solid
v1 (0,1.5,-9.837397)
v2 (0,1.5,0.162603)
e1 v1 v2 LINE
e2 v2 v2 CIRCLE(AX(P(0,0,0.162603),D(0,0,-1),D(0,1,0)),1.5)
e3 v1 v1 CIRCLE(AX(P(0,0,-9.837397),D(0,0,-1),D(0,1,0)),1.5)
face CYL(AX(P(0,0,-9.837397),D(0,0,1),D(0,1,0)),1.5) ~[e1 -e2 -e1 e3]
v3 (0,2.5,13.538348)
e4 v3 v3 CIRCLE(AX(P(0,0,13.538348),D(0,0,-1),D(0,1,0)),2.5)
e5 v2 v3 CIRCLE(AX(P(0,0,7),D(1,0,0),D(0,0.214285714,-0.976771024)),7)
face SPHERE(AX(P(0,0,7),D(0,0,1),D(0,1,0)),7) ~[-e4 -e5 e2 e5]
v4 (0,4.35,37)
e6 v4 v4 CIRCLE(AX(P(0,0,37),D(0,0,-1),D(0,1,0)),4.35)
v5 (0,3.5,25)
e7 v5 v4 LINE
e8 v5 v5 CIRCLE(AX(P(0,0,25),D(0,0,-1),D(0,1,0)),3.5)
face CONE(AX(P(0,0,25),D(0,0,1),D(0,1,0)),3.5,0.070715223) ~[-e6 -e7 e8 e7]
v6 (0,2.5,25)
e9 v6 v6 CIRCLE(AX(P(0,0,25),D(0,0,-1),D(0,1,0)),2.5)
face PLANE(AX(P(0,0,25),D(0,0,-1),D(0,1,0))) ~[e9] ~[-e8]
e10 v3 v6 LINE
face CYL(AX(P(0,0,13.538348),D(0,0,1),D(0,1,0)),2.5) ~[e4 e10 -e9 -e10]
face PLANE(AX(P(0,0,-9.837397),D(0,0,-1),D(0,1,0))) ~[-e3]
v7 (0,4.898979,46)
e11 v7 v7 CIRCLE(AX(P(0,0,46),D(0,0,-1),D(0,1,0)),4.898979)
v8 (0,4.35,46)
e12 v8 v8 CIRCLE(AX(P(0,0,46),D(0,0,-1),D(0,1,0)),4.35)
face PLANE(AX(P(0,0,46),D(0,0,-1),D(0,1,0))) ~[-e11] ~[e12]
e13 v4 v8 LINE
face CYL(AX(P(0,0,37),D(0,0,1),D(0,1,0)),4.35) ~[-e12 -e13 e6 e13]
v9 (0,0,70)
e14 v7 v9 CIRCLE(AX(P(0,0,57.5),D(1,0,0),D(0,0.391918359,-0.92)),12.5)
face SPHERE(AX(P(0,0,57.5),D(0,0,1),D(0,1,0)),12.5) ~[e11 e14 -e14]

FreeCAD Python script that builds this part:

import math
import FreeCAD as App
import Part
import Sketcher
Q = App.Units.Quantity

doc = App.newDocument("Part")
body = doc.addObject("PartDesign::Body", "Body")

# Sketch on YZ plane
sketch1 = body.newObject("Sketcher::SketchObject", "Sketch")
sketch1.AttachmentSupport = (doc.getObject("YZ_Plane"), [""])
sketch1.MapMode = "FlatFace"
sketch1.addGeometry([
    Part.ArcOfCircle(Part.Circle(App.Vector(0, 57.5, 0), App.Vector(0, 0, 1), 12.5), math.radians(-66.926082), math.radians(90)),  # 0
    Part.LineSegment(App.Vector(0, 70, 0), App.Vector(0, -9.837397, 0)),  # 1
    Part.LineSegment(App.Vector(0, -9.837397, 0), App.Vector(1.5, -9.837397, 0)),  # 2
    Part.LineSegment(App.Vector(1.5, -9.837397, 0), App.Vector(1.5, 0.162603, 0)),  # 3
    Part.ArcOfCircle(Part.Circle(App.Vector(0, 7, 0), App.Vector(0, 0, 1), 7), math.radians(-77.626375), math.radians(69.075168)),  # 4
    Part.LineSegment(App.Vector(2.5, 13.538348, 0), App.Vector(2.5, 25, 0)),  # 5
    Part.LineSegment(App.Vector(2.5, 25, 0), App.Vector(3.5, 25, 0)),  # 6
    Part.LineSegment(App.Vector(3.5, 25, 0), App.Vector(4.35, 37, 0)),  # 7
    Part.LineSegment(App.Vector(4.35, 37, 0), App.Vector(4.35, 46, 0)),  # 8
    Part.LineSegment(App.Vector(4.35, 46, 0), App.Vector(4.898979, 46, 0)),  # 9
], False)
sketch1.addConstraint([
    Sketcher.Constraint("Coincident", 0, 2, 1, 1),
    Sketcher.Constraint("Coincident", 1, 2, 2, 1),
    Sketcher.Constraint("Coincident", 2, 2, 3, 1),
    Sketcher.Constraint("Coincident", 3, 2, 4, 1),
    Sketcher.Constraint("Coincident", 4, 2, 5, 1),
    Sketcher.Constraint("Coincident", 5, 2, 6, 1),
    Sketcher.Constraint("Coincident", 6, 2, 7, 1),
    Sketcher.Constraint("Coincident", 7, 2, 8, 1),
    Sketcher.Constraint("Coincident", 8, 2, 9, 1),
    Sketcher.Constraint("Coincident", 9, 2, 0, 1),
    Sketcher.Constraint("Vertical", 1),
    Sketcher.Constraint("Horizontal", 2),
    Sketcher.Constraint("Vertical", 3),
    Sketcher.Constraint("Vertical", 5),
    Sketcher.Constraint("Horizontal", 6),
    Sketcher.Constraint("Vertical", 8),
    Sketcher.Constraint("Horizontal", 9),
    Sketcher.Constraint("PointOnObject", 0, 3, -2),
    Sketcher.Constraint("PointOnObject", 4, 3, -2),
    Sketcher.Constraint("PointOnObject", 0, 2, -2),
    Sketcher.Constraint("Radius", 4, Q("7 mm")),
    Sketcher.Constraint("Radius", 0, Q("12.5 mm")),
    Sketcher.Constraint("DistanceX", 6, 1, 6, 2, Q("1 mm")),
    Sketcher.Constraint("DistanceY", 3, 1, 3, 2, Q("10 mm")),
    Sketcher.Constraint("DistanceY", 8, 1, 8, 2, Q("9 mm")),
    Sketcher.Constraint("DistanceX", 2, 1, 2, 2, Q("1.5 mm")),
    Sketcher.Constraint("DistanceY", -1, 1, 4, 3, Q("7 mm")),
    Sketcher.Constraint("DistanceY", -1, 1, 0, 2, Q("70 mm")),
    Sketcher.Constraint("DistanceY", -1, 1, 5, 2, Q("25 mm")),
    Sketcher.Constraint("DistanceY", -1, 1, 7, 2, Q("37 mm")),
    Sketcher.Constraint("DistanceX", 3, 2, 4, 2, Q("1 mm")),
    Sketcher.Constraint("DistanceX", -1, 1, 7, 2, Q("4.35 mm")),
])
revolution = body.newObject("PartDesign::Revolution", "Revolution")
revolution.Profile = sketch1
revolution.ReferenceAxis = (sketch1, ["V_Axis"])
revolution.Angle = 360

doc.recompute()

> _YOUR ASSIGNMENT_
Output all lines from the beginning of the data up to the line holding "FreeCAD Python script", that line included, exactly as written.

> _TASK ANSWER_
solid
v1 (0,1.5,-9.837397)
v2 (0,1.5,0.162603)
e1 v1 v2 LINE
e2 v2 v2 CIRCLE(AX(P(0,0,0.162603),D(0,0,-1),D(0,1,0)),1.5)
e3 v1 v1 CIRCLE(AX(P(0,0,-9.837397),D(0,0,-1),D(0,1,0)),1.5)
face CYL(AX(P(0,0,-9.837397),D(0,0,1),D(0,1,0)),1.5) ~[e1 -e2 -e1 e3]
v3 (0,2.5,13.538348)
e4 v3 v3 CIRCLE(AX(P(0,0,13.538348),D(0,0,-1),D(0,1,0)),2.5)
e5 v2 v3 CIRCLE(AX(P(0,0,7),D(1,0,0),D(0,0.214285714,-0.976771024)),7)
face SPHERE(AX(P(0,0,7),D(0,0,1),D(0,1,0)),7) ~[-e4 -e5 e2 e5]
v4 (0,4.35,37)
e6 v4 v4 CIRCLE(AX(P(0,0,37),D(0,0,-1),D(0,1,0)),4.35)
v5 (0,3.5,25)
e7 v5 v4 LINE
e8 v5 v5 CIRCLE(AX(P(0,0,25),D(0,0,-1),D(0,1,0)),3.5)
face CONE(AX(P(0,0,25),D(0,0,1),D(0,1,0)),3.5,0.070715223) ~[-e6 -e7 e8 e7]
v6 (0,2.5,25)
e9 v6 v6 CIRCLE(AX(P(0,0,25),D(0,0,-1),D(0,1,0)),2.5)
face PLANE(AX(P(0,0,25),D(0,0,-1),D(0,1,0))) ~[e9] ~[-e8]
e10 v3 v6 LINE
face CYL(AX(P(0,0,13.538348),D(0,0,1),D(0,1,0)),2.5) ~[e4 e10 -e9 -e10]
face PLANE(AX(P(0,0,-9.837397),D(0,0,-1),D(0,1,0))) ~[-e3]
v7 (0,4.898979,46)
e11 v7 v7 CIRCLE(AX(P(0,0,46),D(0,0,-1),D(0,1,0)),4.898979)
v8 (0,4.35,46)
e12 v8 v8 CIRCLE(AX(P(0,0,46),D(0,0,-1),D(0,1,0)),4.35)
face PLANE(AX(P(0,0,46),D(0,0,-1),D(0,1,0))) ~[-e11] ~[e12]
e13 v4 v8 LINE
face CYL(AX(P(0,0,37),D(0,0,1),D(0,1,0)),4.35) ~[-e12 -e13 e6 e13]
v9 (0,0,70)
e14 v7 v9 CIRCLE(AX(P(0,0,57.5),D(1,0,0),D(0,0.391918359,-0.92)),12.5)
face SPHERE(AX(P(0,0,57.5),D(0,0,1),D(0,1,0)),12.5) ~[e11 e14 -e14]

FreeCAD Python script that builds this part:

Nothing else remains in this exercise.